Collie Eye Disorders

There are many eye conditions that affect the canine race, several closely related to similar conditions in our own species, and most are thought to have some genetic base, although trauma of one kind or another can cause problems to individual animals.

Not all eye abnormalities directly impair sight and some are more concerned with the shape or size of the eye and eye socket or lids. Of these perhaps entropion, or inward turning eyelids, is the most serious and Collie breeders and owners can be thankful that this very debilitating condition is not prevalent within the Rough Collie.
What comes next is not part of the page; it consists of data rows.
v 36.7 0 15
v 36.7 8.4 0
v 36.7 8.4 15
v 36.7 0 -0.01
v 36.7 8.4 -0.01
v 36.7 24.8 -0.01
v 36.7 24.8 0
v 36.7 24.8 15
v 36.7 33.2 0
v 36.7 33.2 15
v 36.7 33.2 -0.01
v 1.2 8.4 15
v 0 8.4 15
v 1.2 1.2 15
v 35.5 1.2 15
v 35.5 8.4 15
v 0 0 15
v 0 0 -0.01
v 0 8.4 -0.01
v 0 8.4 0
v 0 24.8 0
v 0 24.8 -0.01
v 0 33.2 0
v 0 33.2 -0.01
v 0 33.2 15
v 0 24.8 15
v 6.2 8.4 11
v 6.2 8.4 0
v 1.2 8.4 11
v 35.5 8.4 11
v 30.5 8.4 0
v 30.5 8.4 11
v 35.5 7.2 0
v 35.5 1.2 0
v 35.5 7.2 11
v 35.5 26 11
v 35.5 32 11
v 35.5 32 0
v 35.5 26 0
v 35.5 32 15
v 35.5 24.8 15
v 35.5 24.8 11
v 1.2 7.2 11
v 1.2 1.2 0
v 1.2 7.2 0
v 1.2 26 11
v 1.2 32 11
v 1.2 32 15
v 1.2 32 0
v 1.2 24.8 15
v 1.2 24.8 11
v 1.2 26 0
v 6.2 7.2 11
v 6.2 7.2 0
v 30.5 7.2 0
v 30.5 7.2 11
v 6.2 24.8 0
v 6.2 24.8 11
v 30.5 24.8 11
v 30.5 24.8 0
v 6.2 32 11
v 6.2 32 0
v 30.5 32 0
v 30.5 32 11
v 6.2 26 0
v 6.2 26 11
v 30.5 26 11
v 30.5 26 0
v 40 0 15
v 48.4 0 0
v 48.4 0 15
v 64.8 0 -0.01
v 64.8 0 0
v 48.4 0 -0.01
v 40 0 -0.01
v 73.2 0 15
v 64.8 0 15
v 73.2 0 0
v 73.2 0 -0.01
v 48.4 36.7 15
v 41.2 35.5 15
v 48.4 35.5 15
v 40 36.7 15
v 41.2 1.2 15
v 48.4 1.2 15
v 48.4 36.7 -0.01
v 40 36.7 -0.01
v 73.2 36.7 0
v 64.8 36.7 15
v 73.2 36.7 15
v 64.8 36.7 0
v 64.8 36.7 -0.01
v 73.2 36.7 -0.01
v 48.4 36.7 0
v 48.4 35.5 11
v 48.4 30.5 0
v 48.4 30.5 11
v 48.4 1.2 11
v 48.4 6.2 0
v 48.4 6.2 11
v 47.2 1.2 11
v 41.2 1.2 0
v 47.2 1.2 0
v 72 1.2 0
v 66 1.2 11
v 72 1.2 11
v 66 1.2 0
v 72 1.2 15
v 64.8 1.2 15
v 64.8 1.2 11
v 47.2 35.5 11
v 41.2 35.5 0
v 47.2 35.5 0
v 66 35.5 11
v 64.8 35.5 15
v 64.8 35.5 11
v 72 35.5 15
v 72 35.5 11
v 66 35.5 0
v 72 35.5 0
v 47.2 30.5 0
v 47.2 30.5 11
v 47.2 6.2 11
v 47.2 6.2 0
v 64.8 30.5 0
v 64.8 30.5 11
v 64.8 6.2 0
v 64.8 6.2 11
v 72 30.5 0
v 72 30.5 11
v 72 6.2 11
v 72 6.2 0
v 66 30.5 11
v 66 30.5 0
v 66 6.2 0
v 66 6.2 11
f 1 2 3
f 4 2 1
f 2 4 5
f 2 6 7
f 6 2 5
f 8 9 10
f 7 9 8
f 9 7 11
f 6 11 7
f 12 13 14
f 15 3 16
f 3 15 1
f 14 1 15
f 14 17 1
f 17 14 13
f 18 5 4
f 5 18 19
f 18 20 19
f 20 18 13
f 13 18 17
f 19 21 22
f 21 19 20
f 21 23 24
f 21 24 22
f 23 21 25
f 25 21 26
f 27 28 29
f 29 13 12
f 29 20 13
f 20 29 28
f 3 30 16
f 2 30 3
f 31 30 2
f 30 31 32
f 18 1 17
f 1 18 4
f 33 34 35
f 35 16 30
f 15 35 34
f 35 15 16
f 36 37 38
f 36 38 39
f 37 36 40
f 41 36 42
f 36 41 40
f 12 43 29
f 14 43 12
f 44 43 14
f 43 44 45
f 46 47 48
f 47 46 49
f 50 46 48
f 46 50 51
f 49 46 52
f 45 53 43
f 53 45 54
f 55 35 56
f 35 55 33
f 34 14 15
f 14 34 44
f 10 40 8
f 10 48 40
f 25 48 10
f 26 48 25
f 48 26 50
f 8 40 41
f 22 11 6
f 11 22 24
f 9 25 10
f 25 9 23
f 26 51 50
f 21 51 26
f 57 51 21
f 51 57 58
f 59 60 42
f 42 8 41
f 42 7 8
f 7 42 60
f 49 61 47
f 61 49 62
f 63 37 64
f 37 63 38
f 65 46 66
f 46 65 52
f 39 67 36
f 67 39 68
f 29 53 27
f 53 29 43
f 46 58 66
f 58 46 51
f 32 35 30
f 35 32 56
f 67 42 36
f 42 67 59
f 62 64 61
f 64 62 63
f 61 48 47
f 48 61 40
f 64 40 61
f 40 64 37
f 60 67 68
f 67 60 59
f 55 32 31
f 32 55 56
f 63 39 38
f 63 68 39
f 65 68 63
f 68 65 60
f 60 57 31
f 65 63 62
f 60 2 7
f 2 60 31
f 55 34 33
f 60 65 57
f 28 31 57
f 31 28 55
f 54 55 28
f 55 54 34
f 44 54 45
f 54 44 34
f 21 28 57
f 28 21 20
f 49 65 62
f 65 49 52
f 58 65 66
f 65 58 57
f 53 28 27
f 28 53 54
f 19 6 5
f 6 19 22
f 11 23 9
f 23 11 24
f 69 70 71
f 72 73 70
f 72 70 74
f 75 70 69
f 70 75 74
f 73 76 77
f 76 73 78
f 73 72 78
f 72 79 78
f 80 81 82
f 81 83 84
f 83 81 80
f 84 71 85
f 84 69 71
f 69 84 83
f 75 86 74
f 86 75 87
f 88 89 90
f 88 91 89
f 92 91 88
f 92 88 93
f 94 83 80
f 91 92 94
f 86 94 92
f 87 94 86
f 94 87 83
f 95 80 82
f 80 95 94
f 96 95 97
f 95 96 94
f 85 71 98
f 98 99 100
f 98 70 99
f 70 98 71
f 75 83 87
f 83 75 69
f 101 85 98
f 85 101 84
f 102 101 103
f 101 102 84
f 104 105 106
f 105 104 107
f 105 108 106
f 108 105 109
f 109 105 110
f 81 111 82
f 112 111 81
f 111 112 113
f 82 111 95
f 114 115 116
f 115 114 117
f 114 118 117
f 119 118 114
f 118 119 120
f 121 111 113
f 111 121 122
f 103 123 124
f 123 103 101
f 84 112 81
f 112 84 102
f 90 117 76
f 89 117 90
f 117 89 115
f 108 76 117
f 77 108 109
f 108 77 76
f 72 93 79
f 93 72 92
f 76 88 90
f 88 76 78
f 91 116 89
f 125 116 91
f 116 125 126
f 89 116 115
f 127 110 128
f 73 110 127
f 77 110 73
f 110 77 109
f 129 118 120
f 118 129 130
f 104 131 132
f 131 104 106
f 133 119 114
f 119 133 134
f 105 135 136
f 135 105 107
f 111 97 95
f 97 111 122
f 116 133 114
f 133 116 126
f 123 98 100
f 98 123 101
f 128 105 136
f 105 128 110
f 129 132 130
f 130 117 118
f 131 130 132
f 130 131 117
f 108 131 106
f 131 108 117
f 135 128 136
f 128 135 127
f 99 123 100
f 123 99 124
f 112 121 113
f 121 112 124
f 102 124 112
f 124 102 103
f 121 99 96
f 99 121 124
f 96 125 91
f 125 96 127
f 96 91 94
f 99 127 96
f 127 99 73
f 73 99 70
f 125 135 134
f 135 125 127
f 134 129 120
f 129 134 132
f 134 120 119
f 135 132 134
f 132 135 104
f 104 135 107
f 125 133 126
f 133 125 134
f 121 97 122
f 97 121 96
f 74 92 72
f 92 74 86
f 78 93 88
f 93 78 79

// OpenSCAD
// file: ../../Base/Boxes.scad
// Fischertechnik Box Foundation
// Pre-designed Boxes

use <Constants.scad>

include <PlacementOptions.scad>

box190Width = 190;
box190Depth = 130;
box130Width = 130;
box130Depth = 95;
boxUsageHeight = 33.9;
boxWallThickness = 2.4;
boxBaseThickness = 1.0;

// getBoxWallThickness()
// Gets the wall thickness of a Fischertechnik Box

function getBoxWallThickness() = boxWallThickness;

// Gets the usable height of a fischertechnik box
function getBoxUsageHeight() = boxUsageHeight;

// Gets the thickness of the Fischertechnik box base.
function getBoxBaseThickness() = boxBaseThickness;

// Gets the usable inner space of a Box 190 as an x/y-list
function getBox190Space() = [
    box190Width - 2*getBoxWallThickness(), 
    box190Depth - 2*getBoxWallThickness() ];

// Imports the Fischertechnik empty box 130x190 mm and places it at position 0,0
// 190x130 are the outer sizes, the inner space is slightly smaller. Use getBox190Space() to get the inner sizes.
// This module needs the STL file "Fischertechnik Box 130x190.stl" in the library path.
// The box is positioned that the usable inner space is at the 0,0,0 position. The

module Box190() {
    translate([-getBoxWallThickness(),-getBoxWallThickness(),-getBoxBaseThickness()])
        import("Fischertechnik Box 130x190.stl", convexity=3);
}

// Gets the usable inner space of a Box 130 as an x/y-list
function getBox130Space() = [
    box130Width - 2*getBoxWallThickness(), 
    box130Depth - 2*getBoxWallThickness() ];

// Imports the Fischertechnik empty box 95x130 mm and places it at position 0,0
// 190x130 are the outer sizes, the inner space is slightly smaller. Use getBox190Space() to get the inner sizes.
// This module needs the STL file "Fischertechnik Box 95x130.stl" in the library path.
// The box is positioned that the usable inner space is at the 0,0,0 position. The

module Box130() {
    translate([-getBoxWallThickness(),-getBoxWallThickness(),-getBoxBaseThickness()])
        import("Fischertechnik Box 95x130.stl", convexity=3);
}

// Creates a web at the specified box walls
// corner 0 = LowerLeft, 1 = UpperLeft, 2 = UpperRight, 3 = LowerRight
// side 0 = LeftOfCorner, 1 = RightOfCorner
// distance = Distance in mm from the corner
// box = inner width and depth of the box (default: Box 190)
// webWidth = length of the web (default is 3 mms)
// webThickness = thickness of the web (default is 1 mm)

module BoxWeb(corner, side, distance, box=getBox190Space(), webWidth=3, webThickness=1.0) {
    sink = getBoxWallThickness()/2;

    width = (corner % 2 == 0) ? 
            (side == LeftOfCorner ? webWidth : webThickness) :
            (side == LeftOfCorner ? webThickness : webWidth);

    depth = (corner % 2 == 0) ? 
            (side == RightOfCorner ? webWidth : webThickness) :
            (side == RightOfCorner ? webThickness : webWidth);
    
    xDiff = corner == LowerLeft ? 
                (side == LeftOfCorner ? -sink : distance) :
            (corner == UpperLeft ?                
                (side == LeftOfCorner ? distance : -sink) :
            (corner == UpperRight ?
                (side == LeftOfCorner ? box.x-webWidth+sink : box.x-distance-webThickness) :
                (side == LeftOfCorner ? box.x-distance-webThickness: box.x-webWidth+sink)));

    yDiff = corner == LowerLeft ? 
                (side == RightOfCorner ? -sink : distance) :
            (corner == UpperLeft ?
                (side == RightOfCorner ? box.y-distance : box.y-webWidth+sink) :
            (corner == UpperRight ?
                (side == RightOfCorner ? box.y-webWidth+sink : box.y-distance) :
                (side == RightOfCorner ? distance : -sink)));
    
    translate([xDiff, yDiff, -getExcess()])
        cube([width, depth, boxUsageHeight + 2*getExcess()]);
}
// file: ../../Base/Rotation.scad
// Fischertechnik Box Foundation
// Geometry Helpers Rotation

include <PlacementOptions.scad>

// getRotatedSpace(space, rotation=NoRotation)
// Rotates the space dependent on the specified rotation

function getRotatedSpace(space, rotation=NoRotation) = [
    (rotation == Rotate90 || rotation == Rotate270) ? space.y : space.x,
    (rotation == Rotate90 || rotation == Rotate270) ? space.x : space.y
];

// Rotates the given space around the fixed left lower corner
// space = the space the children needs as width/depth list [width,depth]
// rotation = 0 Rotate0 degrees, 1 Rotate90 degrees, 2 Rotate180 degrees, 3 Rotate270 degrees (equivalent to -90)

module RotateFix(space, rotation=Rotate0) {
    dy = (rotation == Rotate0 || rotation == Rotate270) ? 0 :
        (rotation == Rotate90) ? space.x :
        space.y;
    dx = (rotation < Rotate180) ? 0 :
        (rotation == Rotate180) ? space.x :
        space.y;
    
    translate([dx, dy, 0])
        rotate([0, 0, rotations[rotation]])
            children();
}
// file: ../../Base/Alignment.scad
// Fischertechnik Box Foundation
// Geometry Helpers Alignment

include <PlacementOptions.scad>

// getAlignedX(elementWidth, spaceWidth, align=AlignRight, offset=0)
// Gets the aligned X offset of an element with the given
// width in the given space.
// elementWidth = The width of the element to positon
// spaceWidth = The space where the element should be aligned
// align = 0 AlignLeft, 1 AlignCenter, 2 AlignRight
// offset = an optional offset from the aligned position. When
// aligned left or centered, then positive values are in X direction.
// When aligned right then positive values are in negative X direction.

function getAlignedX(elementWidth, spaceWidth, align=AlignRight, offset=0) =
    (align == AlignLeft) ?
        offset :
        ((align == AlignCenter) ?
        (spaceWidth - elementWidth)/2 + offset :
        spaceWidth - offset - elementWidth);

// getAlignedY(elementDepth, spaceDepth, align=AlignTop, offset=0)
// Gets the aligned Y offset of an element with the given
// depth in the given space.
// elementDepth = The depth of the element to positon
// spaceDepth = The space where the element should be aligned
// align = 0 AlignBottom, 1 AlignCenter, 2 AlignTop
// offset = an optional offset from the aligned position. When
// aligned bottom or centered, then positive values are in Y direction.
// When aligned top then positive values are in negative Y direction.

function getAlignedY(elementDepth, spaceDepth, align=AlignTop, offset=0) =
    (align == AlignBottom) ?
        offset :
        ((align == AlignCenter) ?
        (spaceDepth - elementDepth)/2 + offset :
        spaceDepth - offset - elementDepth);
// file: ../../Base/Constants.scad
// Fischertechnik Box Foundation
// Constants

// Constant values necessary for multiple elements

// Base constants
dividerThickness = 1.2;
excess = 0.01;
fragments = 90;
tolerance = 0.8;

// Gets the thickness of a divider 
function getDividerThickness() = dividerThickness;

// Gets the excess that is used to merge walls into each other
function getExcess() = excess;

// Gets amount of fragments of a cylinder
function getFragments() = fragments;

// Gets the inner tolerance of a frame to each side
function getTolerance() = tolerance;


// Fischertechnik specific constants
axisDiameter = 4;
axisBottomDiameter = axisDiameter + 1;
standardEdgeDistance = 2.5;
standardWebDistance = 11.5;
standardCornerLength = 15;
tubeWallFactor = 1.6;

// Gets axis diameter
function getAxisDiameter() = axisDiameter;

// Gets axis bottom diameter for thicker part at the bottom
function getAxisBottomDiameter() = axisBottomDiameter;

// gets the standard distance to the wall of the box for dockable frames with webs
function getStandardEdgeDistance() = standardEdgeDistance;

// gets the standard distance of each web to the corner of the dockable frame
function getStandardWebDistance() = standardWebDistance;

// gets the standard length of the corner walls of a dockable frame
function getStandardCornerLength() = standardCornerLength;

// gets the wall thickness of a tube.
function getTubeWallThickness() = tubeWallFactor * getDividerThickness();
// file: ../../Base/PlacementOptions.scad
// Fischertechnik Box Foundation
// Placement Options

// Alignment
NoAlign = 0;
AlignLeft = 1;
AlignBottom = 2;
AlignCenter = 3;
AlignRight = 4;
AlignTop = 5;

// Element rotation degree steps
rotations = [0, -90, -180, -270];

// Rotation
NoRotation = 0;
Rotate0 = 0;
Rotate90 = 1;
Rotate180 = 2;
Rotate270 = 3;

// Docking (seen from above)
NoDock = -1;
DockLeft = 0;
DockTop = 1;
DockRight = 2;
DockCorner = 2;
DockBottom = 3;

// Web corners
LowerLeft = 0;
UpperLeft = 1;
UpperRight = 2;
LowerRight = 3;

// Web position relative to corner
LeftOfCorner = 0;
RightOfCorner = 1;
// file: ../../Elements/FrameAperture.scad
// Fischertechnik Box Library
// Frame for Pinhole, Slit Aperture, and Cross Aperture
// 31371, 31372, 31373 

use <../Base/Constants.scad>
use <../ModelBase/Simple.scad>
use <../ModelBase/Complex.scad>

width = 33.5;
depth = 30;
height = 11;

// getFrameApertureSpace()
// Gets the outer space the aperture frame needs.

function getFrameApertureSpace() = getFrameOuterVolume([width, depth, height]);

// FrameAperture()
// Frame for 30 mm flat slit or cross aperture.

module FrameAperture() {
    FrameSpecialFlat([width, depth, height]);
}

// Tests
color("lightgray") {
FrameAperture();
}
// file: ../../Base/Placement.scad
// Fischertechnik Box Foundation
// Geometry Helpers Placement

use <Constants.scad>
use <Alignment.scad>
use <Rotation.scad>
use <Boxes.scad>

include <PlacementOptions.scad>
The Kennel Club have, for many years, co-operated with the International Sheep Dog Society (ISDS) and British Veterinary Association (BVA) in the management of a scheme whereby certificated veterinary ophthalmologist examine members of known susceptible breeds for the eleven known hereditary eye abnormalities, with the results of Kennel Club registered individuals published quarterly in the Breed Record Supplement. In addition the Kennel Club also recognises the results of animals registered by them and tested under either the Animal Health Trust’s (AHT) own eye screening scheme, and that controlled by the European College of Veterinary Ophthalmologists (ECVO).

Of the known hereditary eye conditions the Rough Collie is only thought to be susceptible to the three detailed below:
Collie Eye Anomaly
Usually referred to as CEA is a non-progressive congenital hereditary condition of the eye, which affects several breeds from the wider Collie family. Although the mode of inheritance is no longer as clear as it was once supposed, in its milder forms it does not appear to affect sight. As there are, at present, no known genetically clear Rough Collie in this country, the only method of ensuring any puppies are clear or only mildly affected by CEA is to have the whole litter eye tested, by a BVA listed ophthalmologist, at the age of 6 to 7 weeks.
Progressive Retinal Atrophy
Commonly referred to as PRA, either Central or Generalised, is a progressive hereditary eye condition which cause eventual blindness in several breeds. Due to the vigilance of responsible breeders this condition has largely been eradicated from the Rough Collie gene pool, although breeders continue to be advised to test breeding stock periodically throughout their lives in order that the Rough Collie can remain virtually free from this debilitating condition.